Homes do not depreciate because there is no logical reason why this asset's value would reduce over time/wear/tear when it can be properly maintained, as is the case of the houses from the 1700's i sent you.
If your not being purposefully obtuse, do you understand the concept of differing timespans?
Given enough, time, such as millions of years, yes any human made structure will likely depreciate to zero value. Because even solid granite can be eroded down into dust from simple weathering, let alone normal building materials.
That doesn't guarantee any specific structure, such as the one you linked, will depreciate to zero within human timescales.
And obviously if structures are maintained they will probably not.
That doesn't invalidate the concept of wear and tear or depreciation.
If you maintain a structure you are by definition putting resources such as energy, materials, labor, etc., into it, so maintenance isn't free.
Those resources represent a real cost that someone has to pay for.
So, moving the goalposts your new position is that houses depreciate over geological timescales?
Got it.
Instead of posting here, why not take your fantastic housing model (they depereciate) and go buy homes.
you can show up at their house with your spreadsheeet and show them how you applied an appropriate depreciation factor and now they should sell the house because this is the fair market value.
You can also explain to everyone how over longer times scales houses almost always appreciate. If you look at the SP500 for a week it may go down, but over a decade it is almost always positive.
Houses are the same, so where exactly is the depreciation you speak of?
Again, using your theory of depreciation and long time scales.
From the linnk i sent you: "W. B. Yeats so much that he purchased it for £35 around 1917. From then on it became known as the Yeats’ Tower."
What is the current value of this house, after factoring in your depreciation factors?
> Instead of posting here, why not take your fantastic housing model (they depereciate) and go buy homes.
It is often true that the old house on a piece of valuable land would cost more to repair than it would cost to build a new house on that land.
Often enough the added cost of removing the old house (the use of asbestos in the past often vastly increases that cost) added on top of everything means that the land itself can loose its value.
We see this a lot with old industrial sites, but it happens to residential buildings too.
As for "timescales", do not be mean. The time-scale for depreciation of a car that is in use is measured in seconds New cars loose a third (? I know more about property than cars?) of their value when driven off the lot. Houses take a bit longer, but not "geological time-scales"

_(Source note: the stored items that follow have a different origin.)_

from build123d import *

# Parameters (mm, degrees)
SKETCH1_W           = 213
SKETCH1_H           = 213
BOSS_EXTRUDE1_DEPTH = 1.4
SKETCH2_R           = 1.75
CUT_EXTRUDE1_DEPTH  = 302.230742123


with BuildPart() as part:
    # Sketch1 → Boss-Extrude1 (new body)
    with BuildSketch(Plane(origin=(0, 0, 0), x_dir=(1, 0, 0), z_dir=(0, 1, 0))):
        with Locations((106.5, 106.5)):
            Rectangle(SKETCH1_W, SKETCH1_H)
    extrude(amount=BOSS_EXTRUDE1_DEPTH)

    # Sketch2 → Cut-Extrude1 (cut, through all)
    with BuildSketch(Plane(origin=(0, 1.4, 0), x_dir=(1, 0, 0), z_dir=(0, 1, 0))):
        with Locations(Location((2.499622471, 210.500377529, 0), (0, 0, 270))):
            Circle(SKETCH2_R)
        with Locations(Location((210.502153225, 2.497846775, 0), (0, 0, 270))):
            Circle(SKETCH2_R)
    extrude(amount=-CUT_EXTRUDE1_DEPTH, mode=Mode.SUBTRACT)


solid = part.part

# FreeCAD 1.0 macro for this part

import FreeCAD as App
import Part
import Sketcher
from FreeCAD import Vector

doc = App.newDocument("Part")
body = doc.addObject("PartDesign::Body", "Body")

# Sketch on XZ plane
sketch1 = doc.addObject("Sketcher::SketchObject", "Sketch")
body.addObject(sketch1)
sketch1.AttachmentSupport = (doc.XZ_Plane, [""])
sketch1.MapMode = "FlatFace"
sketch1.addGeometry(Part.LineSegment(Vector(0, -213, 0), Vector(0, 0, 0)), False)
sketch1.addGeometry(Part.LineSegment(Vector(0, 0, 0), Vector(213, 0, 0)), False)
sketch1.addGeometry(Part.LineSegment(Vector(213, 0, 0), Vector(213, -213, 0)), False)
sketch1.addGeometry(Part.LineSegment(Vector(213, -213, 0), Vector(0, -213, 0)), False)
sketch1.addConstraint(Sketcher.Constraint("Coincident", 0, 2, 1, 1))
sketch1.addConstraint(Sketcher.Constraint("Coincident", 1, 2, 2, 1))
sketch1.addConstraint(Sketcher.Constraint("Coincident", 2, 2, 3, 1))
sketch1.addConstraint(Sketcher.Constraint("Coincident", 3, 2, 0, 1))
sketch1.addConstraint(Sketcher.Constraint("Vertical", 0))
sketch1.addConstraint(Sketcher.Constraint("Horizontal", 1))
sketch1.addConstraint(Sketcher.Constraint("Vertical", 2))
sketch1.addConstraint(Sketcher.Constraint("Horizontal", 3))
sketch1.addConstraint(Sketcher.Constraint("Coincident", 0, 2, -1, 1))
sketch1.addConstraint(Sketcher.Constraint("Equal", 3, 0))
sketch1.addConstraint(Sketcher.Constraint("DistanceX", 1, 1, 1, 2, 213.0))
pad1 = doc.addObject("PartDesign::Pad", "Pad")
body.addObject(pad1)
pad1.Profile = sketch1
pad1.Length = 1.4
pad1.Reversed = True

# Sketch on XZ plane
sketch2 = doc.addObject("Sketcher::SketchObject", "Sketch001")
body.addObject(sketch2)
sketch2.AttachmentSupport = (doc.XZ_Plane, [""])
sketch2.MapMode = "FlatFace"
sketch2.AttachmentOffset = App.Placement(Vector(0, 0, -1.4), App.Rotation())
sketch2.addGeometry(Part.Circle(Vector(2.499622, -210.500378, 0), Vector(0, 0, 1), 1.75), False)
sketch2.addGeometry(Part.Circle(Vector(210.502153, -2.497847, 0), Vector(0, 0, 1), 1.75), False)
sketch2.addConstraint(Sketcher.Constraint("Equal", 0, 1))
sketch2.addConstraint(Sketcher.Constraint("Diameter", 0, 3.5))
sketch2.addConstraint(Sketcher.Constraint("DistanceX", 0, 3, 1, 3, 208.002531))
sketch2.addConstraint(Sketcher.Constraint("DistanceY", 0, 3, 1, 3, 208.002531))
sketch2.addConstraint(Sketcher.Constraint("DistanceX", -1, 1, 0, 3, 2.499622))
sketch2.addConstraint(Sketcher.Constraint("DistanceY", 0, 3, -1, 1, 210.500378))
pocket1 = doc.addObject("PartDesign::Pocket", "Pocket")
body.addObject(pocket1)
pocket1.Profile = sketch2
pocket1.Type = "ThroughAll"
pocket1.Reversed = True

doc.recompute()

This is starting to sound like a lame attempt at trolling, or an auto-generated text.
If you genuinely cannot understand that the concepts of depreciation, wear and tear, etc., can exist side by side with the concept of appreciation of the underlying land value, then I recommend you do some reading before engaging in conversations on HN that simply discredit yourself.

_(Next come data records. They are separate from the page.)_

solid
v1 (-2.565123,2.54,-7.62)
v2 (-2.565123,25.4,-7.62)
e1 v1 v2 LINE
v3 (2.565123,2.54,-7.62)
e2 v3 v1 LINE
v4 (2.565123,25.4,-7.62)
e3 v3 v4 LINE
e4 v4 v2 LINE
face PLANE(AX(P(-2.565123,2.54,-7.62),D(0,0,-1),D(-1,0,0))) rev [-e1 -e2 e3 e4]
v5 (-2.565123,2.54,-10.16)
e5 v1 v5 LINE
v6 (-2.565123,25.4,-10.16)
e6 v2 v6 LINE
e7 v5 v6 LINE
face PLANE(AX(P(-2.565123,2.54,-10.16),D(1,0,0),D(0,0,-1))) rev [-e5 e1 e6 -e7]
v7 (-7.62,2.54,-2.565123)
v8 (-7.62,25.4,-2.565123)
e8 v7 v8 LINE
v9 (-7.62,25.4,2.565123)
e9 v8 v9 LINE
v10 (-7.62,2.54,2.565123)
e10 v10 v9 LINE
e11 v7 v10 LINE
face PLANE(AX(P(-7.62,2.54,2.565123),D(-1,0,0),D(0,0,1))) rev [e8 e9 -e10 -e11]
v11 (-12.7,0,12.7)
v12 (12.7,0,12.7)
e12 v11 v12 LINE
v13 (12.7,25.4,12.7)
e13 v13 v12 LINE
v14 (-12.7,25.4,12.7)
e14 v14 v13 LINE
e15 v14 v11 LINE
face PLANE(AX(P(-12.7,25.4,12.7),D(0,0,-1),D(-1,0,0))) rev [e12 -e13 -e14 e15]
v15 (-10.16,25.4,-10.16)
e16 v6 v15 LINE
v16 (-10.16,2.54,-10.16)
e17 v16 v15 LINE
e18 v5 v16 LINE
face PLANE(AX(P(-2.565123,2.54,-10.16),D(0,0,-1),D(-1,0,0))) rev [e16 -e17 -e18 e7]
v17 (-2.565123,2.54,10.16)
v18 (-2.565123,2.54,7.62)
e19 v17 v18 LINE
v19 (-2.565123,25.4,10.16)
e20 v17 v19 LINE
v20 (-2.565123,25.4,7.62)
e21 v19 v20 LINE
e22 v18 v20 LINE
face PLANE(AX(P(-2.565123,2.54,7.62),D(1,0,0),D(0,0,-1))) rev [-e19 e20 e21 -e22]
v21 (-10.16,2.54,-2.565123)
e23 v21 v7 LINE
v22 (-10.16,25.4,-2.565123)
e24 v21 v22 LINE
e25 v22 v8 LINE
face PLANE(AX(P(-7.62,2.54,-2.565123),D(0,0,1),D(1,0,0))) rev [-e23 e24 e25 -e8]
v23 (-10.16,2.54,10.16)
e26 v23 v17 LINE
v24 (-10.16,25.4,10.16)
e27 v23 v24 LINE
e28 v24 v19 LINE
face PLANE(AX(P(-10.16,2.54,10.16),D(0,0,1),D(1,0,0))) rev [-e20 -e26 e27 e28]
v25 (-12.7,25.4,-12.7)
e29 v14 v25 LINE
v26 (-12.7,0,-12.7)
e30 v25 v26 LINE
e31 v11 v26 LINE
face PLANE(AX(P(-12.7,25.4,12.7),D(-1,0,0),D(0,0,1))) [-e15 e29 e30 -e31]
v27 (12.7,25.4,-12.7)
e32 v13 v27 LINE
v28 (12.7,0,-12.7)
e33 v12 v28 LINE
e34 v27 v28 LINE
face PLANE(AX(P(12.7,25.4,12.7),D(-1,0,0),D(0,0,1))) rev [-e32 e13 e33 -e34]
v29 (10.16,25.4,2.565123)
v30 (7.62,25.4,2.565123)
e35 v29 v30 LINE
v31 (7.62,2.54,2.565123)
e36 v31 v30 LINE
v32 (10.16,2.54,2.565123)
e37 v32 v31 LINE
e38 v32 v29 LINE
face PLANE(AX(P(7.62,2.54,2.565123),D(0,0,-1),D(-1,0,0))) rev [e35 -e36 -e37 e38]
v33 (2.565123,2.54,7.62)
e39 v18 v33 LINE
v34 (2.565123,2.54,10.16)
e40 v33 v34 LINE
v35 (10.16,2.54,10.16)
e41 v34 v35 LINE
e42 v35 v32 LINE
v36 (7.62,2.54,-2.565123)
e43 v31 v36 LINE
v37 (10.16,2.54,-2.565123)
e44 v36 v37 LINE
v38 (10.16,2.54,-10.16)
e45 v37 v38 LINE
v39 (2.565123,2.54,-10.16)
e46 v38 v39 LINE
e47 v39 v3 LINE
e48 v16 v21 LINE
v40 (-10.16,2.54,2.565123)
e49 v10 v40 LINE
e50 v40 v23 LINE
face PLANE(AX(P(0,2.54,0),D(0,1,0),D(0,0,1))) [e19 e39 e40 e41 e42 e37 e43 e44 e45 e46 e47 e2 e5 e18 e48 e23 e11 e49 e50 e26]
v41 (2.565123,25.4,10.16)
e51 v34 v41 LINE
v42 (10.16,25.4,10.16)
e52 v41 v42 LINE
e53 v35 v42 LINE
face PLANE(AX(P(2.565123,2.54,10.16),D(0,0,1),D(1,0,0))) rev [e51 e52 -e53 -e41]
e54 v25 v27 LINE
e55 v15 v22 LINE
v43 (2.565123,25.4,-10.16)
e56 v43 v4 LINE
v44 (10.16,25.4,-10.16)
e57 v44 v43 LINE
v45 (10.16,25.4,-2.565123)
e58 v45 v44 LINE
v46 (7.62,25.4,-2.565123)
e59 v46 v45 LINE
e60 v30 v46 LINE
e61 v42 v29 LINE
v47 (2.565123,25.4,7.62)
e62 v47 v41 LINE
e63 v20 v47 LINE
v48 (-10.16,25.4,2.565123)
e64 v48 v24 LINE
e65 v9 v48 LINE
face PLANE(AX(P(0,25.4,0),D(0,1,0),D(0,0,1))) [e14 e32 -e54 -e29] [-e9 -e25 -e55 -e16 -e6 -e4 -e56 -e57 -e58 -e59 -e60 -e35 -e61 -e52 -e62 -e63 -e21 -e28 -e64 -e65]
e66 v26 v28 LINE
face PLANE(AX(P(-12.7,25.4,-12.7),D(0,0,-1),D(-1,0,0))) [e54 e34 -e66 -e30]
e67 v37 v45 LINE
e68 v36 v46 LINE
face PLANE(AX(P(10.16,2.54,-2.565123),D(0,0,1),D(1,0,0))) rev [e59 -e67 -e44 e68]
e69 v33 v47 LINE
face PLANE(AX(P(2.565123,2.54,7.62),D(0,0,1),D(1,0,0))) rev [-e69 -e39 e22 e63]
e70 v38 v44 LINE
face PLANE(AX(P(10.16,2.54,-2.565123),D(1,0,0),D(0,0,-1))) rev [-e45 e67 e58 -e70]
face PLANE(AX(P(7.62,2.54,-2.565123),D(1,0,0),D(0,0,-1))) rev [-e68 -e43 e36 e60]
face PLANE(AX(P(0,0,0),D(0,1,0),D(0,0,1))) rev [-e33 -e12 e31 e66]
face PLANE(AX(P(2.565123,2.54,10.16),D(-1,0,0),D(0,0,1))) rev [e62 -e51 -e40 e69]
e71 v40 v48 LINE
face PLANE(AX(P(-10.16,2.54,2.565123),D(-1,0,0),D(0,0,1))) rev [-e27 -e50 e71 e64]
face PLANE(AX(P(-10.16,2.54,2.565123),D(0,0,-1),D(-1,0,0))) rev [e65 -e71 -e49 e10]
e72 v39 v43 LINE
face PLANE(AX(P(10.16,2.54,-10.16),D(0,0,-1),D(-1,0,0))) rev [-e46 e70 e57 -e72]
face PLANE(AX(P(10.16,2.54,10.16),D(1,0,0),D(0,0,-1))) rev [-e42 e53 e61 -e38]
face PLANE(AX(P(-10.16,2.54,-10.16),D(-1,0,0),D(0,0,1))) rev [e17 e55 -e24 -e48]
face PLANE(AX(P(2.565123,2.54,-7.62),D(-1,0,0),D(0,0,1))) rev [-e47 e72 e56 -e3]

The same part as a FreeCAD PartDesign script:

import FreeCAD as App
import Part
import Sketcher
from FreeCAD import Vector
Q = App.Units.Quantity


def add_polygon(sketch, points):
    """Adds a closed chain of lines whose ends are joined by coincident constraints."""
    first, n = sketch.GeometryCount, len(points)
    for a, b in zip(points, points[1:] + points[:1]):
        sketch.addGeometry(Part.LineSegment(App.Vector(*a, 0), App.Vector(*b, 0)), False)
    for i in range(n):
        sketch.addConstraint(Sketcher.Constraint("Coincident", first + i, 2, first + (i + 1) % n, 1))

doc = App.newDocument("Part")
body = doc.addObject("PartDesign::Body", "Body")

# Sketch on XZ plane
sketch1 = body.newObject("Sketcher::SketchObject", "Sketch")
sketch1.AttachmentSupport = (doc.getObject("XZ_Plane"), [""])
sketch1.MapMode = "FlatFace"
add_polygon(sketch1, [(-12.7, -12.7), (-12.7, 12.7), (12.7, 12.7), (12.7, -12.7)])  # lines 0-3
sketch1.addConstraint([
    Sketcher.Constraint("Vertical", 0),
    Sketcher.Constraint("Horizontal", 1),
    Sketcher.Constraint("Vertical", 2),
    Sketcher.Constraint("Horizontal", 3),
    Sketcher.Constraint("Symmetric", 0, 2, 2, 2, -1, 1),
    Sketcher.Constraint("Equal", 3, 0),
    Sketcher.Constraint("DistanceX", 1, 1, 1, 2, Q("1 in")),
])
pad1 = body.newObject("PartDesign::Pad", "Pad")
pad1.Profile = sketch1
pad1.Length = Q("1 in")
pad1.Reversed = True

# Sketch on XZ plane
sketch2 = body.newObject("Sketcher::SketchObject", "Sketch001")
sketch2.AttachmentSupport = (doc.getObject("XZ_Plane"), [""])
sketch2.MapMode = "FlatFace"
sketch2.AttachmentOffset = App.Placement(Vector(0, 0, -1 * 25.4), App.Rotation())
add_polygon(sketch2, [(7.62, -2.565123), (10.16, -2.565123), (10.16, -10.16), (2.565123, -10.16), (2.565123, -7.62), (-2.565123, -7.62), (-2.565123, -10.16), (-10.16, -10.16), (-10.16, -2.565123), (-7.62, -2.565123), (-7.62, 2.565123), (-10.16, 2.565123), (-10.16, 10.16), (-2.565123, 10.16), (-2.565123, 7.62), (2.565123, 7.62), (2.565123, 10.16), (10.16, 10.16), (10.16, 2.565123), (7.62, 2.565123)])  # lines 0-19
sketch2.addConstraint([
    Sketcher.Constraint("Horizontal", 0),
    Sketcher.Constraint("Vertical", 1),
    Sketcher.Constraint("Horizontal", 2),
    Sketcher.Constraint("Vertical", 3),
    Sketcher.Constraint("Horizontal", 4),
    Sketcher.Constraint("Vertical", 5),
    Sketcher.Constraint("Horizontal", 6),
    Sketcher.Constraint("Vertical", 7),
    Sketcher.Constraint("Horizontal", 8),
    Sketcher.Constraint("Vertical", 9),
    Sketcher.Constraint("Horizontal", 10),
    Sketcher.Constraint("Vertical", 11),
    Sketcher.Constraint("Horizontal", 12),
    Sketcher.Constraint("Vertical", 13),
    Sketcher.Constraint("Horizontal", 14),
    Sketcher.Constraint("Vertical", 15),
    Sketcher.Constraint("Horizontal", 16),
    Sketcher.Constraint("Vertical", 17),
    Sketcher.Constraint("Horizontal", 18),
    Sketcher.Constraint("Vertical", 19),
    Sketcher.Constraint("Symmetric", 0, 2, 10, 2, -1, 1),
    Sketcher.Constraint("Symmetric", 2, 2, 12, 2, -1, 1),
    Sketcher.Constraint("Symmetric", 4, 2, 14, 2, -1, 1),
    Sketcher.Constraint("Symmetric", 6, 2, 16, 2, -1, 1),
    Sketcher.Constraint("Symmetric", 8, 2, 18, 2, -1, 1),
    Sketcher.Constraint("Symmetric", 2, 2, 5, 2, -2),
    Sketcher.Constraint("Symmetric", 0, 2, 7, 2, -2),
    Sketcher.Constraint("Equal", 16, 1),
    Sketcher.Constraint("Equal", 18, 3),
    Sketcher.Constraint("Equal", 14, 9),
    Sketcher.Constraint("DistanceX", 0, 1, 0, 2, Q("0.1 in")),
    Sketcher.Constraint("DistanceX", -1, 1, 0, 2, Q("0.4 in")),
    Sketcher.Constraint("DistanceX", 2, 2, 2, 1, 7.594877),
])
pocket1 = body.newObject("PartDesign::Pocket", "Pocket")
pocket1.Profile = sketch2
pocket1.Length = Q("0.9 in")
pocket1.Reversed = True

doc.recompute()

In any case, since the last reply seems to not make any coherent points at all, I won't try to deduce if there's any further meaning.
> > Over all no it's not as we have population declines everywhere outside the USA and Africa.
The rate of increase is falling everywhere except sub-Saharan Africa, last time I checked a decade ago.
Many developed countries have falling populations.
It is still (as of a decade ago when I stopped actively studying this) a mystery as to why.
It used to be thought that it was because of life long secure prospects for the children you do have and for yourself in old age. What children you do have will live, and you do not expect to need a lot of children to support you in your old age.
But them some developed countries went into serious decline. The USSR, as was in particular. The population rate did not go up.
The latest theory (a decade old, "latest") is that it has to do with the education of women.
It has nothing to do with availability of contraception, surprisingly.
You are looking at the population of the country. What is relevant here is the population of large cities. Ie people leaving rural china to live in big cities.
And for US and most european countries, they may have ageing populations with low fertility, but they still have massives immigration inflows.
Lol it's still the same people where ever they move around to within China, that number doesn't change and you don't magically get more people if they move into a city.
This has absolutely zero to do with the demographics crash, you are talking about migration patterns.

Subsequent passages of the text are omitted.